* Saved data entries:
==================================================

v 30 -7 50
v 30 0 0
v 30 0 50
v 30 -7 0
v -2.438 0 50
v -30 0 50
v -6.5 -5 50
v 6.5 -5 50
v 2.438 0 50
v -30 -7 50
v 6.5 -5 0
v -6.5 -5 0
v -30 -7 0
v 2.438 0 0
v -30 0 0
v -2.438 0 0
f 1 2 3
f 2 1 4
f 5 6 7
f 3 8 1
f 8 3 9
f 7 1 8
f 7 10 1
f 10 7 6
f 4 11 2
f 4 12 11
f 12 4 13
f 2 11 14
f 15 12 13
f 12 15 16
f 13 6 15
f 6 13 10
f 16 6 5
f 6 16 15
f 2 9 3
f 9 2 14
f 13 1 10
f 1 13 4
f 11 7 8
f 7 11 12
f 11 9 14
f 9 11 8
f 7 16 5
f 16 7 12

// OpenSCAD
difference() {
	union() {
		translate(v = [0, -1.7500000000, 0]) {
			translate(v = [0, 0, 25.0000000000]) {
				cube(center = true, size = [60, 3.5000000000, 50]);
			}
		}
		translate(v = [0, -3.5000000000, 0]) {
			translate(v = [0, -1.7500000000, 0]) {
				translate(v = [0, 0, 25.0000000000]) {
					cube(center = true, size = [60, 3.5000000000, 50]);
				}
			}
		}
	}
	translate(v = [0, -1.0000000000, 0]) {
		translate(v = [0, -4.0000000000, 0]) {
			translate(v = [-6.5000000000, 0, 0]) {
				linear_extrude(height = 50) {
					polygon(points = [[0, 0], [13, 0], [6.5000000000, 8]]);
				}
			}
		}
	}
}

==================================================

Reproduce the records in full, exactly as written.

* Result below:
v 30 -7 50
v 30 0 0
v 30 0 50
v 30 -7 0
v -2.438 0 50
v -30 0 50
v -6.5 -5 50
v 6.5 -5 50
v 2.438 0 50
v -30 -7 50
v 6.5 -5 0
v -6.5 -5 0
v -30 -7 0
v 2.438 0 0
v -30 0 0
v -2.438 0 0
f 1 2 3
f 2 1 4
f 5 6 7
f 3 8 1
f 8 3 9
f 7 1 8
f 7 10 1
f 10 7 6
f 4 11 2
f 4 12 11
f 12 4 13
f 2 11 14
f 15 12 13
f 12 15 16
f 13 6 15
f 6 13 10
f 16 6 5
f 6 16 15
f 2 9 3
f 9 2 14
f 13 1 10
f 1 13 4
f 11 7 8
f 7 11 12
f 11 9 14
f 9 11 8
f 7 16 5
f 16 7 12

// OpenSCAD
difference() {
	union() {
		translate(v = [0, -1.7500000000, 0]) {
			translate(v = [0, 0, 25.0000000000]) {
				cube(center = true, size = [60, 3.5000000000, 50]);
			}
		}
		translate(v = [0, -3.5000000000, 0]) {
			translate(v = [0, -1.7500000000, 0]) {
				translate(v = [0, 0, 25.0000000000]) {
					cube(center = true, size = [60, 3.5000000000, 50]);
				}
			}
		}
	}
	translate(v = [0, -1.0000000000, 0]) {
		translate(v = [0, -4.0000000000, 0]) {
			translate(v = [-6.5000000000, 0, 0]) {
				linear_extrude(height = 50) {
					polygon(points = [[0, 0], [13, 0], [6.5000000000, 8]]);
				}
			}
		}
	}
}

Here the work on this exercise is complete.